6 - Poet

138 14 5
                                    

Bian POV

"Lo bisa nemenin gue makan siang nggak hari ini? Ke Blok S," ujar gue di telepon. Siapa lagi yang bakal gue telepon kecuali sahabat gue satu itu, iya si calon istri Satria.

"Sorry, gue ada meeting nih sama Direktur. Gue nggak bisa nemenin elo. Minta tolong Jason aja, dia lagi nggak ikutan meeting," jawabnya. Gue agak kecewa sebetulnya tapi ya gimana lagi, namanya juga kerjaan kan? 

Sebenarnya gue ngantor di sebelah kantor dia. Gue bisa-bisa aja nebengin dia ke Blok S buat makan siang, soalnya klien gue memang kebetulan anak perusahaan tempat dia kerja. Kalian bisa tebak nggak kira-kira gue lagi jadi konsultan perusahaan apa? Cluenya, perusahaan plat merah yang punya komplek perkantoran di kawasan Gatot Subroto. Google aja coba *smirk.

"Yah elu, ya udah deh. Gue terpaksa makan sendiri dong nih?"

"Makanya cari pacar, biar gak jomblo kelamaan. Dibilang jangan ngajakin gue makan mulu ih, cari cewek sana."

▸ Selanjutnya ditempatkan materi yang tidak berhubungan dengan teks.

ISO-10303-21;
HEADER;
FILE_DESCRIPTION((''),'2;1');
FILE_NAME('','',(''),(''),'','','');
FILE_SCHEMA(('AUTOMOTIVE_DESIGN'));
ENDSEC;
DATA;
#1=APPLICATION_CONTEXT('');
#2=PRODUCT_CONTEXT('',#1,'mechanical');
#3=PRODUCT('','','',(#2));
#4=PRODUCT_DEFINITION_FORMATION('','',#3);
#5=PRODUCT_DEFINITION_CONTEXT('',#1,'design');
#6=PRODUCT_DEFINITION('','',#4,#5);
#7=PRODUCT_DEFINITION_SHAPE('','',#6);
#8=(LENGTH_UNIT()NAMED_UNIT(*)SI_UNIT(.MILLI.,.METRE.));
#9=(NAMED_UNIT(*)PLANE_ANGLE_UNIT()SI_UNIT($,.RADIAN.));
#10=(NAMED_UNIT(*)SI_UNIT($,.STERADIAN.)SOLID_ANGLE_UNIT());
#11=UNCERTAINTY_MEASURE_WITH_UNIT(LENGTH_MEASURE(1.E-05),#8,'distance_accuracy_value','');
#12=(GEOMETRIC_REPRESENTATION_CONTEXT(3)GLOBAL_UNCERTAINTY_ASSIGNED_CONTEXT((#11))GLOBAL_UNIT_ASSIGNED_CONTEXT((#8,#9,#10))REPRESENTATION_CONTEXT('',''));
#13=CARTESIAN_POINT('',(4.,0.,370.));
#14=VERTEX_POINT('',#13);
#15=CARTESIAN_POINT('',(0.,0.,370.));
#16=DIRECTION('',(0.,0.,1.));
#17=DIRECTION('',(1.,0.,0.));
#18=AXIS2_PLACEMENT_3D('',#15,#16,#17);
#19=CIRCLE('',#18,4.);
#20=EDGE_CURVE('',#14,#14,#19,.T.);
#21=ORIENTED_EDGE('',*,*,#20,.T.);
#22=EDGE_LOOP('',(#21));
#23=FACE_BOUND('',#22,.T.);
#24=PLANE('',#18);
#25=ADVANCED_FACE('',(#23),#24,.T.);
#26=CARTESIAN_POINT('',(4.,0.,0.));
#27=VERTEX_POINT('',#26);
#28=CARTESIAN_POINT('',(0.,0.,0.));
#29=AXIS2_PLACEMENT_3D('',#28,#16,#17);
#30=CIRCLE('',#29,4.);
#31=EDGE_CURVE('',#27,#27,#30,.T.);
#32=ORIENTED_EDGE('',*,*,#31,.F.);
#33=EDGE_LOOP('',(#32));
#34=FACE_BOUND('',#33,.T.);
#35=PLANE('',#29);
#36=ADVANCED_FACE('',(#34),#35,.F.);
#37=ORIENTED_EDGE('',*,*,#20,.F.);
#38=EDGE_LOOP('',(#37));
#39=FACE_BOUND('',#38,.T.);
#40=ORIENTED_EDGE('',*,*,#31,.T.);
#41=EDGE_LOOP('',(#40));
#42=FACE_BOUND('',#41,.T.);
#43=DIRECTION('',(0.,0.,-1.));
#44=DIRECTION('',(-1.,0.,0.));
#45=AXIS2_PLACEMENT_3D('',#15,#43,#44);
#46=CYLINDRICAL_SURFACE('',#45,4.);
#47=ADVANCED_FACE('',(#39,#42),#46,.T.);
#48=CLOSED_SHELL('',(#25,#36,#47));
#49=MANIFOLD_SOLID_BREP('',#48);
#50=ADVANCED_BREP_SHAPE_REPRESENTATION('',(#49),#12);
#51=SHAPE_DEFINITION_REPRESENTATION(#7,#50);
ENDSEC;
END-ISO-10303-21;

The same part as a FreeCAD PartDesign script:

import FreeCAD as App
import Part
import Sketcher

V = App.Vector

doc = App.newDocument("Part")
params = doc.addObject("Spreadsheet::Sheet", "Params")
for row, (alias, value) in enumerate([
    ("sketch1_diameter", "8 mm"),
    ("pad1_length", "370 mm"),
], start=1):
    params.set(f"A{row}", alias)
    params.set(f"B{row}", "=" + value)
    params.setAlias(f"B{row}", alias)

body = doc.addObject("PartDesign::Body", "Body")

# Sketch on XY plane
sketch1 = body.newObject("Sketcher::SketchObject", "Sketch")
sketch1.AttachmentSupport = (doc.getObject("XY_Plane"), [""])
sketch1.MapMode = "FlatFace"
sketch1.addGeometry(Part.Circle(V(0, 0, 0), V(0, 0, 1), 4), False)
sketch1.addConstraint([
    Sketcher.Constraint("Coincident", 0, 3, -1, 1),
    Sketcher.Constraint("Diameter", 0, 8.0),
])
sketch1.setExpression("Constraints[1]", "Params.sketch1_diameter")
pad1 = body.newObject("PartDesign::Pad", "Pad")
pad1.Profile = sketch1
pad1.setExpression("Length", "Params.pad1_length")

doc.recompute()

"Ye sombong lu mentang-mentang mo nikah. Kan gue udah bilang kalau cuma lu cewek yang bisa ngimbangin porsi makan gue,"

"Duh sorry banget yan, gak bisa."

"Iye Iye, ya udah kalau gitu. Sampai nanti ya!"

"Yok! Dah!"

Gue mengakhiri telepon gue. "Mbak, saya mau makan siang dulu ya. Nanti kalau ada apa-apa chat saya aja di WA," kata gue ke klien yang sedang kerja bareng gue. Gue siap-siap turun ke parkiran mobil setelah mendapatkan lampu hijau dari mbak-mbak berjilbab itu.

Gue berjalan menuju lift hingga sesaat gue jadi berubah pikiran, "Kayaknya mending makan di kantin kantor ini deh timbang ke Blok S." Dan ya gue mengurungkan niat untuk makan di Blok S, for the sake of gut feeling. Buat gue, nggak masalah makan dimana aja yang penting gue kenyang.

'And when the time comes, your lingering feels disappear. Doesn't matter how many times, I broke up with fears'

"Lagi bikin puisi ya?" cetus seorang cewek. Gue bahkan baru sadar kalau gue se-lift cuma berdua dengan cewek itu. Gue kebingungan.

"Mas tadi bergumam pakai bahasa Inggris gitu, eh kenalin, April." Gue masih cengo saat cewek yang bertubuh petite itu mengulurkan tangan ke gue. Sepersekian detik gue berusaha mencerna skenario di dalam lift ini. Cewek bernama April itu menarik kembali tangannya dengan canggung lalu menyibakkan rambut panjangnya di balik telinga.

"Oh, maaf. Bian, Biantara Ramadan." ujar gue gantian mengulurkan tangan ke arahnya setelah bisa mencerna situasi.

"Maaf ya kalau saya lancang," ujarnya. Gue menggenggam tangannya sembari menggelengkan kepala.

"Ah nggak, maaf ya kalau saya bergumam terlalu keras. Mengganggu ya?" April menggelengkan kepalanya. Rona merah tersemburat di pipinya. Anjir, gue nggak ngapa-ngapain dia.

"Eh, Mbak April mau makan sama saya?" ujar gue begitu dia melepas genggaman tangannya dan hendak keluar dari lift. Tangan gue menahan pintu lift sepersekian detik, menunggu jawabannya.

"Mbak sendirian atau sudah bareng teman-teman?" lanjut gue, takut-takut kalau cewek ini udah janjian bareng sama temennya.

"Saya sendirian sih."

"Mau nemenin saya makan?"

"Boleh."

***

Pertemuan gue dengan orang ini mungkin terbilang sangat aneh dan ganjil, gue mengakui hal itu. Tapi gue gak nyangka kalau cewek ini adalah tipe orang yang apresiatif. Sesuatu yang menarik buat gue, jarang banget nemuin orang positif di sini khususnya di Jakarta.